D beinhaltet die maximale Einlagenerhöhung auf Grundlage von c, errechnet nach der vorgenannten Formel oder aber auch, wie aus der Bilanz ersichtlich, den beiden Einlageposten c + X.
Anhand der Darstellung eines einzelnen Darlehens erläutert Phillips den zeitlichen Kontenverlauf. Dabei unterscheidet er streng zwischen einer Primär- und einer Sekundäreinlage.
"Es kann als gesichert festgehalten werden, dass unsere Banken in der Summe ein Verhältnis von Sekundäreinlagen zu Darlehen von etwa 5 bis 20 % besitzen."

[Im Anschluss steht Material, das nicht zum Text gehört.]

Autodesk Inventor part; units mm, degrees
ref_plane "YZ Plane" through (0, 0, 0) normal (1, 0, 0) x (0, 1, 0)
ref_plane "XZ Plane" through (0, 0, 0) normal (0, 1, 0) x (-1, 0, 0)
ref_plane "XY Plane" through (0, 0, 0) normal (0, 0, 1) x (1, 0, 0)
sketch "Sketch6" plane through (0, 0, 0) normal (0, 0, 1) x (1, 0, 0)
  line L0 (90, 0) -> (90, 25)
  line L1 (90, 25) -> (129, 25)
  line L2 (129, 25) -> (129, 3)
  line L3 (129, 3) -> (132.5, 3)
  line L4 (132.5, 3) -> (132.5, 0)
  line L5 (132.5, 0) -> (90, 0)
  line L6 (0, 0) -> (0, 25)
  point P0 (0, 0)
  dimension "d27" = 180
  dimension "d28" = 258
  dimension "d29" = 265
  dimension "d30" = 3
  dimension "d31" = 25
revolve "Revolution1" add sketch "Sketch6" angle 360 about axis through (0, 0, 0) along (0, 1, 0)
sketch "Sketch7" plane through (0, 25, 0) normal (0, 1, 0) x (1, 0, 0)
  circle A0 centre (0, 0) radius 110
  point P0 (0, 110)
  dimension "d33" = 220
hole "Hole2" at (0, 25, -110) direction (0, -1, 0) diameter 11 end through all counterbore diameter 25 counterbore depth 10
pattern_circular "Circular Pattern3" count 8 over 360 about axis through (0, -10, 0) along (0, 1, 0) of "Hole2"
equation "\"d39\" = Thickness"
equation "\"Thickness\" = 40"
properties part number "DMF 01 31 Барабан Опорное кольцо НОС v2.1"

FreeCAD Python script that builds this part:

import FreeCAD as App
import Part
import Sketcher
from FreeCAD import Vector
Q = App.Units.Quantity


def add_polygon(sketch, points):
    """Adds a closed chain of lines whose ends are joined by coincident constraints."""
    first, n = sketch.GeometryCount, len(points)
    for a, b in zip(points, points[1:] + points[:1]):
        sketch.addGeometry(Part.LineSegment(App.Vector(*a, 0), App.Vector(*b, 0)), False)
    for i in range(n):
        sketch.addConstraint(Sketcher.Constraint("Coincident", first + i, 2, first + (i + 1) % n, 1))

doc = App.newDocument("Part")
body = doc.addObject("PartDesign::Body", "Body")

sketch1 = doc.addObject("Sketcher::SketchObject", "Sketch")
body.addObject(sketch1)
sketch1.AttachmentSupport = (doc.XY_Plane, [""])
sketch1.MapMode = "FlatFace"
add_polygon(sketch1, [(90, 25), (90, 0), (132.5, 0), (132.5, 3), (129, 3), (129, 25)])
sketch1.addConstraint([
    Sketcher.Constraint("Vertical", 0),
    Sketcher.Constraint("Horizontal", 1),
    Sketcher.Constraint("Vertical", 2),
    Sketcher.Constraint("Horizontal", 3),
    Sketcher.Constraint("Vertical", 4),
    Sketcher.Constraint("Horizontal", 5),
    Sketcher.Constraint("PointOnObject", 0, 2, -1),
    Sketcher.Constraint("DistanceY", 0, 2, 0, 1, Q("25 mm")),
    Sketcher.Constraint("DistanceY", 2, 1, 2, 2, Q("3 mm")),
    Sketcher.Constraint("DistanceX", 5, 2, 5, 1, Q("39 mm")),
    Sketcher.Constraint("DistanceX", 1, 1, 1, 2, Q("42.5 mm")),
    Sketcher.Constraint("DistanceX", -1, 1, 0, 2, Q("90 mm")),
])
revolution = doc.addObject("PartDesign::Revolution", "Revolution")
body.addObject(revolution)
revolution.Profile = sketch1
revolution.ReferenceAxis = (sketch1, ["V_Axis"])
revolution.Angle = 360

sketch2 = doc.addObject("Sketcher::SketchObject", "Sketch001")
body.addObject(sketch2)
sketch2.AttachmentSupport = (doc.XZ_Plane, [""])
sketch2.MapMode = "FlatFace"
sketch2.AttachmentOffset = App.Placement(Vector(0, 0, -25), App.Rotation())
sketch2.addGeometry(Part.Circle(Vector(0, -110, 0), Vector(0, 0, 1), 6), False)
sketch2.addConstraint([
    Sketcher.Constraint("PointOnObject", 0, 3, -2),
    Sketcher.Constraint("Diameter", 0, Q("11 mm")),
    Sketcher.Constraint("DistanceY", 0, 3, -1, 1, Q("110 mm")),
])
doc.recompute()
hole = doc.addObject("PartDesign::Hole", "Hole")
body.addObject(hole)
hole.Profile = sketch2
hole.ThreadType = "None"
hole.Diameter = 11
hole.DepthType = "ThroughAll"
hole.HoleCutType = "Counterbore"
hole.HoleCutDiameter = 25
hole.HoleCutDepth = 10
hole.Reversed = True
doc.recompute()

polarpattern = doc.addObject("PartDesign::PolarPattern", "PolarPattern")
body.addObject(polarpattern)
polarpattern.Originals = [hole]
polarpattern.Axis = (doc.Y_Axis, [""])
polarpattern.Angle = 360
polarpattern.Occurrences = 8
body.Tip = polarpattern

doc.recompute()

"Senkrechte Achsen, errichtet an zwei beliebigen Punkten zwischen a und b würden die derivate Einlagenkurve so schneiden, dass die Summe der vertikalen Abstände des Schnittpunktes oberhalb der M N –Linie in beiden Fällen etwa gleich wäre."
Zur besseren Lesbarkeit sind gegenüber dem Original einige Kurven farbig angelegt, sodass ein Verfolgen des Kurvenverlaufs etwas leichter fällt.
Mehrbankensystem
"Unser Verständnis zur Natur der Kreditbankgeschäfte und der Art der primär- und derivativen Einlagen wird uns nun ermöglichen, mit der Entwicklung einer Formel für die Bestimmung des Betrages fortzufahren, den jede Einzelbank eines Systems seinem Darlehens- und Diskontierungsposten, aufgrund einer zusätzlichen Bareinzahlung, hinzufügen kann.
Verwendet werden die folgenden Größen und ihre Abkürzungen:
- Das zusätzliche Bargeld oder Reserve (c);
- Überschussreserve, d.h. dass, was eine Bank infolge eines zusätzlichen Darlehens verliert (c1);
- Darlehenserweiterung infolge zusätzlichen Bargeldes (x);
- Das Verhältnis von Bargeld oder Reserve zu Einlagen (r);
- Das Verhältnis von derivaten Einlagen zu Darlehen (k)."
Die entwickelte Formel lautet x = c ( 1 - r ) / ( kr + 1 - k ). Im Beispiel mit c=$1.000, r=0,1 und k=0,2 folgt für x ein Wert von $1.097,56. Wenn also $1.000 an Bargeld eingezahlt werden kann die Bank daraus ein Darlehen in Höhe von $1.097,56 gewähren. Dies bedingt dadurch, dass die Darlehenssumme im Durchschnitt nur zu 80 % von der Bank abgezogen wird. Wird die Darlehenssumme ganz entnommen, d.h. k=0, kann höchstens ein Darlehen von $900 vergeben werden.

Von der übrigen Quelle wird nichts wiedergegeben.